O Banco Central esclareceu que “esse panorama é moldado pela expectativa de uma política monetária restritiva, caracterizada por juros elevados, pelo reduzido nível de capacidade ociosa nos fatores de produção, pela previsão de desaceleração da economia mundial e pela falta do robusto impulso do setor agropecuário visto em 2025”.

No ano de 2025, o PIB brasileiro registrou um crescimento de 2,3%, com todas as áreas econômicas contribuindo para a expansão, mas com o setor agropecuário sendo o principal motor.

Conforme a instituição, a perspectiva para 2026 também integra as análises sobre o impacto de iniciativas recentes que podem fortalecer a demanda interna. Entre elas, destacam-se o reajuste real do salário mínimo e as políticas de isenção ou redução no Imposto de Renda Pessoa Física (IRPF) para contribuintes com rendimentos de até R$ 5 mil ou R$ 7 mil.
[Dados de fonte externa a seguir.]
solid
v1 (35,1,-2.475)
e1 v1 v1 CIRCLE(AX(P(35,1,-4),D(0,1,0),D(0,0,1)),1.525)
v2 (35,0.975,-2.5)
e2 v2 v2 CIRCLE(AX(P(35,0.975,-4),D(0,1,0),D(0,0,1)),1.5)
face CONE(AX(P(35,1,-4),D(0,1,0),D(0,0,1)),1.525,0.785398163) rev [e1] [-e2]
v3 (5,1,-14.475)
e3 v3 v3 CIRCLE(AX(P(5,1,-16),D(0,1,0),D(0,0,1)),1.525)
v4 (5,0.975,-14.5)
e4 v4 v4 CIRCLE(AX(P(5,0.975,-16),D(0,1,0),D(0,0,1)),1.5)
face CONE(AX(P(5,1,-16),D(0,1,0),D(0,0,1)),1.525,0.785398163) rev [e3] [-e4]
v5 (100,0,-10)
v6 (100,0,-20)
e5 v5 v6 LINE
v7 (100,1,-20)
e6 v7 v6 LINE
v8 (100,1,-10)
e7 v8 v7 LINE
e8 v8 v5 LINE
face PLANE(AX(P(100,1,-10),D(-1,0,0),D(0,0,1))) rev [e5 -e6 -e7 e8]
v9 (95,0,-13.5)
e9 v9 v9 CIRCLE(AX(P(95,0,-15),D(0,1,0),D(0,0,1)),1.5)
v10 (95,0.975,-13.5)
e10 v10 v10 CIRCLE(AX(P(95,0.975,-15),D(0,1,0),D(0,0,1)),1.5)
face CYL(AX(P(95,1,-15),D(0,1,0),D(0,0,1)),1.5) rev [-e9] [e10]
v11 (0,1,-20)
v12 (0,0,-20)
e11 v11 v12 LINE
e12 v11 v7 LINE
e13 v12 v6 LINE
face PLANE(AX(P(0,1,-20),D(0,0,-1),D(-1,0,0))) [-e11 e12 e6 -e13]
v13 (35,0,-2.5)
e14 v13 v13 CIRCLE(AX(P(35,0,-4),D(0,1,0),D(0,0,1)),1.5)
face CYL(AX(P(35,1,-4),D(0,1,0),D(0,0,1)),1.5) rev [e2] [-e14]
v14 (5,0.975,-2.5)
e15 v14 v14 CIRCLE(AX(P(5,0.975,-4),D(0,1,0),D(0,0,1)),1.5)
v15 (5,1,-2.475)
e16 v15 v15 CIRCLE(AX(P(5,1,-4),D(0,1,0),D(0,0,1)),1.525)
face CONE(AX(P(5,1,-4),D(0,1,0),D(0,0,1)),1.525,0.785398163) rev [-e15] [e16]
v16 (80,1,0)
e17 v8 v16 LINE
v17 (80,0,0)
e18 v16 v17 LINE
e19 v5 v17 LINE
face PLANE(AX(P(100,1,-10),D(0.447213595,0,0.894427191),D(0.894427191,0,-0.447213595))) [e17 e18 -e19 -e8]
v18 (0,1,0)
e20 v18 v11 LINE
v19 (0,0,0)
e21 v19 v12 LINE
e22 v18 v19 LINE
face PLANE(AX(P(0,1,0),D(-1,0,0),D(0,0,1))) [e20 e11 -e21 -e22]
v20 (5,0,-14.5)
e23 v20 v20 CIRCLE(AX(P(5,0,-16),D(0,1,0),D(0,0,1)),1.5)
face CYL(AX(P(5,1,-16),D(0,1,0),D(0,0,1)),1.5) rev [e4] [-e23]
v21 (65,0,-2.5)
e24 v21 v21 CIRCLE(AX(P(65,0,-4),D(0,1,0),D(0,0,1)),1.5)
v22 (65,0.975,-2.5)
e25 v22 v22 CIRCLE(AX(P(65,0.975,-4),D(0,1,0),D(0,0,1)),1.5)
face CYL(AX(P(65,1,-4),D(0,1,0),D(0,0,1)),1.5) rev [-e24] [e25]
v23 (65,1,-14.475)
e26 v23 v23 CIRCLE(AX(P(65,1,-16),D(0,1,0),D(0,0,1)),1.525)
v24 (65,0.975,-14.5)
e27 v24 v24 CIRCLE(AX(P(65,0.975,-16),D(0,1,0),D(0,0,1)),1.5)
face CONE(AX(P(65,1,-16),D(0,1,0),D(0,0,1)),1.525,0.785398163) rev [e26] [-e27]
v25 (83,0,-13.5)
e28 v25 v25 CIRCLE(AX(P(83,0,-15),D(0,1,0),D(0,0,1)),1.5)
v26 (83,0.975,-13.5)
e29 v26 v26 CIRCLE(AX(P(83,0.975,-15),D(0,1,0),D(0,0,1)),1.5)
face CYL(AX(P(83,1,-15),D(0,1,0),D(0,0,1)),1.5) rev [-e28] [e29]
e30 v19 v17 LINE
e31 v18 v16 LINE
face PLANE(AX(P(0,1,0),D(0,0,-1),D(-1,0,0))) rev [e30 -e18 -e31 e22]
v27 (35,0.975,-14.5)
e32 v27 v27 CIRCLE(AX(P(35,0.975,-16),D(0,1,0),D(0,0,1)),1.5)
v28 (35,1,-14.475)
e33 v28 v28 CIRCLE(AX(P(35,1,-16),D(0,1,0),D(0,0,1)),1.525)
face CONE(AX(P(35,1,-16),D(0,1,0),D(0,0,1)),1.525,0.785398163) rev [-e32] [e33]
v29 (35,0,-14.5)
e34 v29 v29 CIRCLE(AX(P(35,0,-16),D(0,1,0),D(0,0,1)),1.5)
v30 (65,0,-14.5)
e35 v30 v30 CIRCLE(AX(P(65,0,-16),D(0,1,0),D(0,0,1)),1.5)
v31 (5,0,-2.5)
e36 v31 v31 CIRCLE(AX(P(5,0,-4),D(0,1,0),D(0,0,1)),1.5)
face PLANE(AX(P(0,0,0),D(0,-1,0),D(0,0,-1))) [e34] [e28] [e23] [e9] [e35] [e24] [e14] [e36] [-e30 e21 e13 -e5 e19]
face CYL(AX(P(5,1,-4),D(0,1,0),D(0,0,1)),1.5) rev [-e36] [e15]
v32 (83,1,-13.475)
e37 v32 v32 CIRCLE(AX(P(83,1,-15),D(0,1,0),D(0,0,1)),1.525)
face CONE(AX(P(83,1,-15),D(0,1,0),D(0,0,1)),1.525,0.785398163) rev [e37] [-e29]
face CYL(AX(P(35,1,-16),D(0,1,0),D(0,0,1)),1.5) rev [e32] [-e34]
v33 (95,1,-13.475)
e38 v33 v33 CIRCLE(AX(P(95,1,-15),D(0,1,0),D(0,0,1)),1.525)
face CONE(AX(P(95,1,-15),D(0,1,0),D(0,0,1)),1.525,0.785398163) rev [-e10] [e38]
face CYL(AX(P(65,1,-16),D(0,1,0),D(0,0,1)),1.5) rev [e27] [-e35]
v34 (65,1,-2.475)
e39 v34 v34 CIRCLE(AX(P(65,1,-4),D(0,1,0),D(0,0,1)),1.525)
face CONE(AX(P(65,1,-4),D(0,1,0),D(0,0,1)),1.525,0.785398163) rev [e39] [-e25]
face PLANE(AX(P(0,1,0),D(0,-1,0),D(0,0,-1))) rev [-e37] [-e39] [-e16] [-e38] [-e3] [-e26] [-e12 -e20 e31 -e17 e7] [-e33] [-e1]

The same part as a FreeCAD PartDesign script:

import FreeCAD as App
import Part
import Sketcher
Q = App.Units.Quantity

doc = App.newDocument("Part")
body = doc.addObject("PartDesign::Body", "Body")

sketch1 = body.newObject("Sketcher::SketchObject", "Sketch")
sketch1.AttachmentSupport = (doc.getObject("XZ_Plane"), [""])
sketch1.MapMode = "FlatFace"
sketch1.addGeometry([
    Part.LineSegment(App.Vector(80, 0, 0), App.Vector(100, -10, 0)),
    Part.LineSegment(App.Vector(100, -10, 0), App.Vector(100, -20, 0)),
    Part.LineSegment(App.Vector(100, -20, 0), App.Vector(0, -20, 0)),
    Part.LineSegment(App.Vector(0, -20, 0), App.Vector(0, 0, 0)),
    Part.LineSegment(App.Vector(0, 0, 0), App.Vector(80, 0, 0)),
], False)
sketch1.addConstraint([
    Sketcher.Constraint("Coincident", 0, 2, 1, 1),
    Sketcher.Constraint("Coincident", 1, 2, 2, 1),
    Sketcher.Constraint("Coincident", 2, 2, 3, 1),
    Sketcher.Constraint("Coincident", 3, 2, 4, 1),
    Sketcher.Constraint("Coincident", 4, 2, 0, 1),
    Sketcher.Constraint("Vertical", 1),
    Sketcher.Constraint("Horizontal", 2),
    Sketcher.Constraint("Vertical", 3),
    Sketcher.Constraint("Horizontal", 4),
    Sketcher.Constraint("Coincident", 3, 2, -1, 1),
    Sketcher.Constraint("DistanceX", 2, 2, 2, 1, 100.0),
    Sketcher.Constraint("DistanceX", 4, 1, 4, 2, 80.0),
    Sketcher.Constraint("DistanceY", 1, 2, 1, 1, 10.0),
    Sketcher.Constraint("DistanceY", 3, 1, 3, 2, 20.0),
])
pad1 = body.newObject("PartDesign::Pad", "Pad")
pad1.Profile = sketch1
pad1.Length = 1
pad1.Reversed = True

sketch2 = body.newObject("Sketcher::SketchObject", "Sketch001")
sketch2.AttachmentSupport = (doc.getObject("YZ_Plane"), [""])
sketch2.MapMode = "FlatFace"
sketch2.AttachmentOffset = App.Placement(App.Vector(0, 0, 5), App.Rotation())
sketch2.addGeometry([
    Part.LineSegment(App.Vector(0, -16, 0), App.Vector(1, -16, 0)),
    Part.LineSegment(App.Vector(1, -16, 0), App.Vector(1, -14.475, 0)),
    Part.LineSegment(App.Vector(1, -14.475, 0), App.Vector(0.975, -14.5, 0)),
    Part.LineSegment(App.Vector(0.975, -14.5, 0), App.Vector(0, -14.5, 0)),
    Part.LineSegment(App.Vector(0, -14.5, 0), App.Vector(0, -16, 0)),
], False)
sketch2.addGeometry(Part.LineSegment(App.Vector(1, -16, 0), App.Vector(0, -16, 0)), True)
sketch2.addConstraint([
    Sketcher.Constraint("Coincident", 0, 2, 1, 1),
    Sketcher.Constraint("Coincident", 1, 2, 2, 1),
    Sketcher.Constraint("Coincident", 2, 2, 3, 1),
    Sketcher.Constraint("Coincident", 3, 2, 4, 1),
    Sketcher.Constraint("Coincident", 4, 2, 0, 1),
    Sketcher.Constraint("Horizontal", 0),
    Sketcher.Constraint("Vertical", 1),
    Sketcher.Constraint("Horizontal", 3),
    Sketcher.Constraint("Vertical", 4),
    Sketcher.Constraint("Horizontal", 5),
    Sketcher.Constraint("Coincident", 5, 1, 0, 2),
    Sketcher.Constraint("PointOnObject", 3, 2, -2),
    Sketcher.Constraint("PointOnObject", 5, 2, -2),
    Sketcher.Constraint("DistanceX", 0, 1, 0, 2, 1.0),
    Sketcher.Constraint("Angle", 2, Q("-135 deg")),
    Sketcher.Constraint("DistanceY", 4, 2, 4, 1, 1.5),
    Sketcher.Constraint("DistanceY", 0, 2, -1, 1, 16.0),
    Sketcher.Constraint("DistanceX", 3, 2, 3, 1, 0.975),
])
groove = body.newObject("PartDesign::Groove", "Groove")
groove.Profile = sketch2
groove.ReferenceAxis = (sketch2, ["Axis0"])
groove.Angle = 360
doc.recompute()

linearpattern = body.newObject("PartDesign::LinearPattern", "LinearPattern")
linearpattern.Originals = [groove]
linearpattern.Direction = (doc.getObject("Z_Axis"), [""])
linearpattern.Mode = "offset"
linearpattern.Offset = 12
linearpattern.Occurrences = 2
body.Tip = linearpattern
doc.recompute()

linearpattern2 = body.newObject("PartDesign::LinearPattern", "LinearPattern001")
linearpattern2.Originals = [groove]
linearpattern2.Direction = (doc.getObject("X_Axis"), [""])
linearpattern2.Mode = "offset"
linearpattern2.Offset = 30
linearpattern2.Occurrences = 2
body.Tip = linearpattern2
doc.recompute()

linearpattern3 = body.newObject("PartDesign::LinearPattern", "LinearPattern002")
linearpattern3.Originals = [groove]
linearpattern3.Direction = (doc.getObject("X_Axis"), [""])
linearpattern3.Mode = "offset"
linearpattern3.Offset = 60
linearpattern3.Occurrences = 2
body.Tip = linearpattern3
doc.recompute()

datumline = body.newObject("PartDesign::Line", "DatumLine")
datumline.Placement = App.Placement(App.Vector(0, 0, 0), App.Rotation(App.Vector(0, 0, 1), App.Vector(0.928476691, 0, 0.371390676)))
linearpattern4 = body.newObject("PartDesign::LinearPattern", "LinearPattern003")
linearpattern4.Originals = [groove]
linearpattern4.Direction = (datumline, [""])
linearpattern4.Mode = "offset"
linearpattern4.Offset = 32.310989
linearpattern4.Occurrences = 2
body.Tip = linearpattern4
doc.recompute()

datumline2 = body.newObject("PartDesign::Line", "DatumLine001")
datumline2.Placement = App.Placement(App.Vector(0, 0, 0), App.Rotation(App.Vector(0, 0, 1), App.Vector(0.980580676, 0, 0.196116135)))
linearpattern5 = body.newObject("PartDesign::LinearPattern", "LinearPattern004")
linearpattern5.Originals = [groove]
linearpattern5.Direction = (datumline2, [""])
linearpattern5.Mode = "offset"
linearpattern5.Offset = 61.188234
linearpattern5.Occurrences = 2
body.Tip = linearpattern5
doc.recompute()

datumline3 = body.newObject("PartDesign::Line", "DatumLine002")
datumline3.Placement = App.Placement(App.Vector(0, 0, 0), App.Rotation(App.Vector(0, 0, 1), App.Vector(0.999917827, 0, 0.012819459)))
linearpattern6 = body.newObject("PartDesign::LinearPattern", "LinearPattern005")
linearpattern6.Originals = [groove]
linearpattern6.Direction = (datumline3, [""])
linearpattern6.Mode = "offset"
linearpattern6.Offset = 78.00641
linearpattern6.Occurrences = 2
body.Tip = linearpattern6
doc.recompute()

datumline4 = body.newObject("PartDesign::Line", "DatumLine003")
datumline4.Placement = App.Placement(App.Vector(0, 0, 0), App.Rotation(App.Vector(0, 0, 1), App.Vector(0.999938277, 0, 0.011110425)))
linearpattern7 = body.newObject("PartDesign::LinearPattern", "LinearPattern006")
linearpattern7.Originals = [groove]
linearpattern7.Direction = (datumline4, [""])
linearpattern7.Mode = "offset"
linearpattern7.Offset = 90.005555
linearpattern7.Occurrences = 2
body.Tip = linearpattern7

doc.recompute()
Adicionalmente, o mercado de trabalho permanece dinâmico, evidenciando uma diminuição nas taxas de desemprego e uma elevação nos rendimentos.

O relatório do Banco Central detalha as orientações políticas implementadas pelo Comitê de Política Monetária (Copom) para estabelecer a taxa básica de juros, a Selic. Ele também analisa o desempenho econômico recente e as projeções futuras, com foco especial na inflação. A Selic é reconhecida como o instrumento primordial do BC para assegurar o controle inflacionário.

Entre setembro de 2024 e junho de 2025, a Selic sofreu sete aumentos consecutivos, mas permaneceu inalterada nas cinco reuniões subsequentes do Copom. Após um período estendido de estabilidade em 15% ao ano, a taxa foi ajustada para baixo, alcançando 14,75% anuais na semana passada.

Em face das incertezas geradas pelo conflito no Oriente Médio, o Banco Central não exclui a possibilidade de reavaliar o ciclo de redução da taxa de juros, caso as circunstâncias assim o exijam.

Inflação

O Banco Central enfatiza que a inflação está projetada para ascender até o término de 2026, iniciando em seguida um percurso de declínio até o horizonte considerado relevante, mas ainda assim se mantendo acima do patamar-alvo. A meta estabelecida pelo Conselho Monetário Nacional (CMN) é de 3%, com uma margem de tolerância de 1,5 ponto percentual para mais ou para menos, variando, portanto, entre 1,5% e 4,5%.

De acordo com a autarquia, o Índice Nacional de Preços ao Consumidor Amplo (IPCA), que serve como o indicador oficial da inflação no Brasil, deverá encerrar o ano em 3,6%. Esse valor é “em grande parte atribuível à elevação dos preços do petróleo”.

Neste Relatório de Política Monetária, a chance de a inflação ultrapassar o limite superior da meta (4,5%) em 2026 registrou um aumento, passando de 23% para 30%.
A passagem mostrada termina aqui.